• [PROBLEM DESCRIPTION]
Write out, please, the lines from the beginning of the material to the line with "#282=AXIS2_PLACEMENT_3D('',#268,#26,#18);", including both ends and nothing else.
===============
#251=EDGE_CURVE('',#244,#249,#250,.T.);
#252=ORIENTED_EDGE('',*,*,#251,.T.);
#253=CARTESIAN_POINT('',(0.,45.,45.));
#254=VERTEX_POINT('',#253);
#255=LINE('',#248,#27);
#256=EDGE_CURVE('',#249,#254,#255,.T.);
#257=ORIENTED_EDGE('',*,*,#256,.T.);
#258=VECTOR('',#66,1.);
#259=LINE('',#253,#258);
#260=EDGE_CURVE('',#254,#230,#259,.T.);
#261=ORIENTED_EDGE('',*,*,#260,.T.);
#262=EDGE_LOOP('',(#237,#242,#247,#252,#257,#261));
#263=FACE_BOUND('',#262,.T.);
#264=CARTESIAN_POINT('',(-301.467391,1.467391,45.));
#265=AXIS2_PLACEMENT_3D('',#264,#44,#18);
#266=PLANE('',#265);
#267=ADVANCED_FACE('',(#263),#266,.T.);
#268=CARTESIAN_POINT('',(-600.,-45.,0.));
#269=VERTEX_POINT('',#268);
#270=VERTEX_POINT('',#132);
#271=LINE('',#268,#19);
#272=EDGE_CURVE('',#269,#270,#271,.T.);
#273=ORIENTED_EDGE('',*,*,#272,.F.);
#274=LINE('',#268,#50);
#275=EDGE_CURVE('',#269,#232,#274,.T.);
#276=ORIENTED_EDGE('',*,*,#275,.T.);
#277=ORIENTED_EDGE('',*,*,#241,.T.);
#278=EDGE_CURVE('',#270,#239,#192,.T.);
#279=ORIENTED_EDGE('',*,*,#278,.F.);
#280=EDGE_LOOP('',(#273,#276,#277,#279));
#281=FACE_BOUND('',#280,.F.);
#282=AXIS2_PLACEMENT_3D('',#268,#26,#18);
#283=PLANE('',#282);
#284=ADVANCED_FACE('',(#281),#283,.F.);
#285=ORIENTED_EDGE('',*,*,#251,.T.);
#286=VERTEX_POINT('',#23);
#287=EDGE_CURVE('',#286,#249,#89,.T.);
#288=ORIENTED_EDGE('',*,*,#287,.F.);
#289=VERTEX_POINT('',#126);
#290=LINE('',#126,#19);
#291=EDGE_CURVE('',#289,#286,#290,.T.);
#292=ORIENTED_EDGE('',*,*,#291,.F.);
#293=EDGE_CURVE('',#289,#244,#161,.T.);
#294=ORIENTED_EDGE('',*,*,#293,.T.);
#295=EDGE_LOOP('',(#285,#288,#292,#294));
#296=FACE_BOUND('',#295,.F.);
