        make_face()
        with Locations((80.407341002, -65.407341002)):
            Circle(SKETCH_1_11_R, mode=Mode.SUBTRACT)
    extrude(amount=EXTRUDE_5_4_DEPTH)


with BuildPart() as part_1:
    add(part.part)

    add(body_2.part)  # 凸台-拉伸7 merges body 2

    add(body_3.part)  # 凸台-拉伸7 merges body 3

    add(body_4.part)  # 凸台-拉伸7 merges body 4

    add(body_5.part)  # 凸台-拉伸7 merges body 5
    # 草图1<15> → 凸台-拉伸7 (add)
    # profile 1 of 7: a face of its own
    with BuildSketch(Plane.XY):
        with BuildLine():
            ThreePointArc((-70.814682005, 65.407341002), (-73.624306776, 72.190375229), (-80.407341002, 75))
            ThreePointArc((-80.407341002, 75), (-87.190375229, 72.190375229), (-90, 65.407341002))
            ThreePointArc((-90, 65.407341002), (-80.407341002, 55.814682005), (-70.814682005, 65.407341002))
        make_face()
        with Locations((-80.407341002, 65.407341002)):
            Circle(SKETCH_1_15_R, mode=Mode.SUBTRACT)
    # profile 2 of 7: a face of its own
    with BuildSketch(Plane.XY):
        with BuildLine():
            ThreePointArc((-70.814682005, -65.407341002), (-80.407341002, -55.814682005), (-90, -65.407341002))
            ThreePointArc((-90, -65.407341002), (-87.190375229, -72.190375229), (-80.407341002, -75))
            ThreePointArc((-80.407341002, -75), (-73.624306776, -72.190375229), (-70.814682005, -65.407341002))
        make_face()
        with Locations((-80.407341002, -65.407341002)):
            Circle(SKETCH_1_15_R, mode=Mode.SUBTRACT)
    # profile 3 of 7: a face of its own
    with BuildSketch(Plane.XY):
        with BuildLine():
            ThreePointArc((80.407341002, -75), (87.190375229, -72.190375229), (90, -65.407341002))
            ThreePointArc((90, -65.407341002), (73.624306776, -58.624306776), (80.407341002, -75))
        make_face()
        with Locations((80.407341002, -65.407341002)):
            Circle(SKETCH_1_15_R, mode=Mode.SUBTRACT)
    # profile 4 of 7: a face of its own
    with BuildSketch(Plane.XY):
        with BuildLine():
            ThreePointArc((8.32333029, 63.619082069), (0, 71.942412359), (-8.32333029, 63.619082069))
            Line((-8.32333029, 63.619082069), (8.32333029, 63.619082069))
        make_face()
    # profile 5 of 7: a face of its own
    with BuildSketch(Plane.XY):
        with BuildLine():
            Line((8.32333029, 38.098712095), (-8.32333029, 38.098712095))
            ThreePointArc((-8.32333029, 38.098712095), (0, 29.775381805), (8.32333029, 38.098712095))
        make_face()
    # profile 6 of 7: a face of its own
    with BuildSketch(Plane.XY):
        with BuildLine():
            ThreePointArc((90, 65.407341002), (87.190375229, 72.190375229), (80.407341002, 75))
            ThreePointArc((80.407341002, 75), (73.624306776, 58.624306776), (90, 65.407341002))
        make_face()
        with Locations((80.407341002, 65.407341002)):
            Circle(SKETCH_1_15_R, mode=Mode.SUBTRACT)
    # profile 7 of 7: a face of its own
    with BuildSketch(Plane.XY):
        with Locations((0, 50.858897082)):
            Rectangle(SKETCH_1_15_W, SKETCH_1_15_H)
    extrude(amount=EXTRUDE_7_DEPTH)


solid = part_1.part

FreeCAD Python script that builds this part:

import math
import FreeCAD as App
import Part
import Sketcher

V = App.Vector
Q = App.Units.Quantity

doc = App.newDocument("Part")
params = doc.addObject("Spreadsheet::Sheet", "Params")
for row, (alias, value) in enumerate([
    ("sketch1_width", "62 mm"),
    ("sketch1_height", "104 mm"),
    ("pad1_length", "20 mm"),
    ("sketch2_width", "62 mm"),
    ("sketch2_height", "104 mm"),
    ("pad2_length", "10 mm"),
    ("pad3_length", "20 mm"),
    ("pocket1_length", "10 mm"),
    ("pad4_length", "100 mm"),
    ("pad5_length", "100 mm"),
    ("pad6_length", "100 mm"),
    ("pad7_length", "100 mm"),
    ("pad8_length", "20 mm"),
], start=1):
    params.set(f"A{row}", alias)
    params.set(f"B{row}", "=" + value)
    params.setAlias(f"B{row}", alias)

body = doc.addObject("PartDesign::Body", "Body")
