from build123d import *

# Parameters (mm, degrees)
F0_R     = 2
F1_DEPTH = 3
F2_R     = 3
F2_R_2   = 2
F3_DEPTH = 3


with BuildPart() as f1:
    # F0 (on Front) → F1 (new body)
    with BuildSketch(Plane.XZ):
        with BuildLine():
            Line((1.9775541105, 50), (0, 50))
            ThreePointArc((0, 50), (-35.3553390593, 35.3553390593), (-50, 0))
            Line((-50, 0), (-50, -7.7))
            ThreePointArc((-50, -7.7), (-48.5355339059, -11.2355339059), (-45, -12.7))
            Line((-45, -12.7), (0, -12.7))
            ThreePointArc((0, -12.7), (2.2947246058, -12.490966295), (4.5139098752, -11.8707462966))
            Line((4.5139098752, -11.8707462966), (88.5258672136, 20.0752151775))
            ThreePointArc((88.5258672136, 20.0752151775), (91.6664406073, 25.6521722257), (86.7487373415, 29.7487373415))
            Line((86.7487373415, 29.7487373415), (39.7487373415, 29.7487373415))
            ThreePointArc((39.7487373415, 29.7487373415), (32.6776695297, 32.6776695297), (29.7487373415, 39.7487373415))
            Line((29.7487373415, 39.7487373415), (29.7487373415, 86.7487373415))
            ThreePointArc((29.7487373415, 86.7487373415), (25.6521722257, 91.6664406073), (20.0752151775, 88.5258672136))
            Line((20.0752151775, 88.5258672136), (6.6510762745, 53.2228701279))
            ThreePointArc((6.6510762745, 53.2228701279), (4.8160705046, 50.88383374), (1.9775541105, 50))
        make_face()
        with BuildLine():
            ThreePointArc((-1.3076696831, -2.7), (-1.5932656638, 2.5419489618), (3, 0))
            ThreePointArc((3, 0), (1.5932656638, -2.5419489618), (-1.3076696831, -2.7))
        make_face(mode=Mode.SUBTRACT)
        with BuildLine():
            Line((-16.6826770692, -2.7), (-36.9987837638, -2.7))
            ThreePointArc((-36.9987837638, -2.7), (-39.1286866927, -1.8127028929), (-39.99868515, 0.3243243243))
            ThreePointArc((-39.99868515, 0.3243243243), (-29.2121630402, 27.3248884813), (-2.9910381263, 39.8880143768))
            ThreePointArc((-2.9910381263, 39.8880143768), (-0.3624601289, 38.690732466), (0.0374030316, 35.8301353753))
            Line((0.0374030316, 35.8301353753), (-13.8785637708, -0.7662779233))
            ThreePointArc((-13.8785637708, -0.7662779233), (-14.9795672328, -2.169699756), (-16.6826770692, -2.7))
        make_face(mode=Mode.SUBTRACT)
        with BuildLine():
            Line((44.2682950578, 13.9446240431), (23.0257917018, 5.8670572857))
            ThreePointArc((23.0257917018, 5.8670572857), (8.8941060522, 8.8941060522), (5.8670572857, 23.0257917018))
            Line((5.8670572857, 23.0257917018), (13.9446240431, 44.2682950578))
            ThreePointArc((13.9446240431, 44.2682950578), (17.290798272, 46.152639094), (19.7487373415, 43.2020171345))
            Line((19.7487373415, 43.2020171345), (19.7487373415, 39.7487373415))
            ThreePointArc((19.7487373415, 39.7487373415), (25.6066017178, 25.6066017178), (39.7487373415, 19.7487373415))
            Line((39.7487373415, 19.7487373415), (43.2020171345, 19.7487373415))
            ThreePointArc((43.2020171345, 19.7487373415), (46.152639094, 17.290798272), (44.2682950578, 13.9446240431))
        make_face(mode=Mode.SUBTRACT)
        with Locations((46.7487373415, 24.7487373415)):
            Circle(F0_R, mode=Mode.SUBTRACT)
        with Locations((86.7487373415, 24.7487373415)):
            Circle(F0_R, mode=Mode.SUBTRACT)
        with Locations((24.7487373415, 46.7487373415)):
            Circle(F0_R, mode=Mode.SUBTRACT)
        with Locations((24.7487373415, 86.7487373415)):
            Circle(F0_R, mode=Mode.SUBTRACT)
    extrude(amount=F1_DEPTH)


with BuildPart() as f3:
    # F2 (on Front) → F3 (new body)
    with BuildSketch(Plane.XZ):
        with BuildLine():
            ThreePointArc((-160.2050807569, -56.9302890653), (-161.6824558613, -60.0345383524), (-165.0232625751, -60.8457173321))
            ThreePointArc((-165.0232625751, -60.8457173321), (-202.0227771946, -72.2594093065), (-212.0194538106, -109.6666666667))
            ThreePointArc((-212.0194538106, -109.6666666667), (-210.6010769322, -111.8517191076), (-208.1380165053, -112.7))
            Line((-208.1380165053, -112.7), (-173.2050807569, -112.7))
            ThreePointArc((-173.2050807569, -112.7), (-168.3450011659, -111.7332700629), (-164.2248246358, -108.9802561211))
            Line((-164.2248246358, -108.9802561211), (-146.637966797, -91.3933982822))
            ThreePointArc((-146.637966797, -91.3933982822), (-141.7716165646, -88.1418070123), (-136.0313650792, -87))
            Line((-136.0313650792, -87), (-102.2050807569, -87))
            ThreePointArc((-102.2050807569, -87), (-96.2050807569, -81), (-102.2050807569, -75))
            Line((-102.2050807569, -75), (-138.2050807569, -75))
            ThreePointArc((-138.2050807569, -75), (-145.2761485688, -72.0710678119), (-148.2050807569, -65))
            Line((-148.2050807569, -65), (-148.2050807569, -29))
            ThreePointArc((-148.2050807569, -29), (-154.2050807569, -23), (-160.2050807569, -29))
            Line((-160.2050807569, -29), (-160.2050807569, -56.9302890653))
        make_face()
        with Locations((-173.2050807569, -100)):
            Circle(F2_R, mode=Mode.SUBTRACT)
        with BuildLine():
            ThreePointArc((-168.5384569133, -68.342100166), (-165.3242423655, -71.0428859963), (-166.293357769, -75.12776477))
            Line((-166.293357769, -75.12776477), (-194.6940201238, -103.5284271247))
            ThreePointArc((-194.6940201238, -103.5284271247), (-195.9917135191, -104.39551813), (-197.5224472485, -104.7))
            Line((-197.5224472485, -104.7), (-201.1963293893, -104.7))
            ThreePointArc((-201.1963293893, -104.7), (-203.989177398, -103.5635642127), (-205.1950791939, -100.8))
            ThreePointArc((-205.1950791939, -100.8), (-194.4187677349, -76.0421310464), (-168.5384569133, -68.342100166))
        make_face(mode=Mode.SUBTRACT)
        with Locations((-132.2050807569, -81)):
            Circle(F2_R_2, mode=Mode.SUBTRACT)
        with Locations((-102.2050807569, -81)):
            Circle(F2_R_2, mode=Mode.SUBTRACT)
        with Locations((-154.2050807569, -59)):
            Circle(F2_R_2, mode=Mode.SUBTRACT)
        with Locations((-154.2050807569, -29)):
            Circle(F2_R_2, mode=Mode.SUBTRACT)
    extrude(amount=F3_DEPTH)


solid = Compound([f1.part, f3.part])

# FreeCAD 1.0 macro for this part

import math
import FreeCAD as App
import Part
import Sketcher
Q = App.Units.Quantity

doc = App.newDocument("Part")
body = doc.addObject("PartDesign::Body", "Body")

sketch1 = doc.addObject("Sketcher::SketchObject", "Sketch")
body.addObject(sketch1)
sketch1.AttachmentSupport = (doc.XZ_Plane, [""])
sketch1.MapMode = "FlatFace"
sketch1.addGeometry([
    Part.LineSegment(App.Vector(2, 50, 0), App.Vector(0, 50, 0)),
    Part.ArcOfCircle(Part.Circle(App.Vector(0, 0, 0), App.Vector(0, 0, 1), 50), math.radians(90), math.radians(180)),
    Part.LineSegment(App.Vector(-50, 0, 0), App.Vector(-50, -7.7, 0)),
    Part.ArcOfCircle(Part.Circle(App.Vector(-45, -7.7, 0), App.Vector(0, 0, 1), 5), math.radians(180), math.radians(270)),
    Part.LineSegment(App.Vector(-45, -12.7, 0), App.Vector(0, -12.7, 0)),
    Part.ArcOfCircle(Part.Circle(App.Vector(0, 0, 0), App.Vector(0, 0, 1), 12.7), math.radians(-90), math.radians(-69)),
    Part.LineSegment(App.Vector(4.5, -11.9, 0), App.Vector(88.5, 20.1, 0)),
    Part.ArcOfCircle(Part.Circle(App.Vector(86.7, 24.7, 0), App.Vector(0, 0, 1), 5), math.radians(-69), math.radians(90)),
    Part.LineSegment(App.Vector(86.7, 29.7, 0), App.Vector(39.7, 29.7, 0)),
    Part.ArcOfCircle(Part.Circle(App.Vector(39.7, 39.7, 0), App.Vector(0, 0, 1), 10), math.radians(-180), math.radians(-90)),
    Part.LineSegment(App.Vector(29.7, 39.7, 0), App.Vector(29.7, 86.7, 0)),
    Part.ArcOfCircle(Part.Circle(App.Vector(24.7, 86.7, 0), App.Vector(0, 0, 1), 5), math.radians(0), math.radians(159)),
    Part.LineSegment(App.Vector(20.1, 88.5, 0), App.Vector(6.7, 53.2, 0)),
    Part.ArcOfCircle(Part.Circle(App.Vector(2, 55, 0), App.Vector(0, 0, 1), 5), math.radians(-90), math.radians(-21)),
    Part.ArcOfCircle(Part.Circle(App.Vector(-16.7, 0.3, 0), App.Vector(0, 0, 1), 3), math.radians(-90), math.radians(-21)),
    Part.LineSegment(App.Vector(-16.7, -2.7, 0), App.Vector(-37, -2.7, 0)),
    Part.ArcOfCircle(Part.Circle(App.Vector(-37, 0.3, 0), App.Vector(0, 0, 1), 3), math.radians(180), math.radians(270)),
    Part.ArcOfCircle(Part.Circle(App.Vector(0, 0, 0), App.Vector(0, 0, 1), 40), math.radians(94), math.radians(180)),
    Part.ArcOfCircle(Part.Circle(App.Vector(-2.8, 36.9, 0), App.Vector(0, 0, 1), 3), math.radians(-21), math.radians(94)),
    Part.LineSegment(App.Vector(0, 35.8, 0), App.Vector(-13.9, -0.8, 0)),
    Part.ArcOfCircle(Part.Circle(App.Vector(0, 0, 0), App.Vector(0, 0, 1), 3), math.radians(-116), math.radians(0)),
    Part.ArcOfCircle(Part.Circle(App.Vector(0, 0, 0), App.Vector(0, 0, 1), 3), math.radians(0), math.radians(244)),
    Part.ArcOfCircle(Part.Circle(App.Vector(43.2, 16.7, 0), App.Vector(0, 0, 1), 3), math.radians(-69), math.radians(90)),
===============
• [FINISHED EXERCISE]
#251=EDGE_CURVE('',#244,#249,#250,.T.);
#252=ORIENTED_EDGE('',*,*,#251,.T.);
#253=CARTESIAN_POINT('',(0.,45.,45.));
#254=VERTEX_POINT('',#253);
#255=LINE('',#248,#27);
#256=EDGE_CURVE('',#249,#254,#255,.T.);
#257=ORIENTED_EDGE('',*,*,#256,.T.);
#258=VECTOR('',#66,1.);
#259=LINE('',#253,#258);
#260=EDGE_CURVE('',#254,#230,#259,.T.);
#261=ORIENTED_EDGE('',*,*,#260,.T.);
#262=EDGE_LOOP('',(#237,#242,#247,#252,#257,#261));
#263=FACE_BOUND('',#262,.T.);
#264=CARTESIAN_POINT('',(-301.467391,1.467391,45.));
#265=AXIS2_PLACEMENT_3D('',#264,#44,#18);
#266=PLANE('',#265);
#267=ADVANCED_FACE('',(#263),#266,.T.);
#268=CARTESIAN_POINT('',(-600.,-45.,0.));
#269=VERTEX_POINT('',#268);
#270=VERTEX_POINT('',#132);
#271=LINE('',#268,#19);
#272=EDGE_CURVE('',#269,#270,#271,.T.);
#273=ORIENTED_EDGE('',*,*,#272,.F.);
#274=LINE('',#268,#50);
#275=EDGE_CURVE('',#269,#232,#274,.T.);
#276=ORIENTED_EDGE('',*,*,#275,.T.);
#277=ORIENTED_EDGE('',*,*,#241,.T.);
#278=EDGE_CURVE('',#270,#239,#192,.T.);
#279=ORIENTED_EDGE('',*,*,#278,.F.);
#280=EDGE_LOOP('',(#273,#276,#277,#279));
#281=FACE_BOUND('',#280,.F.);
#282=AXIS2_PLACEMENT_3D('',#268,#26,#18);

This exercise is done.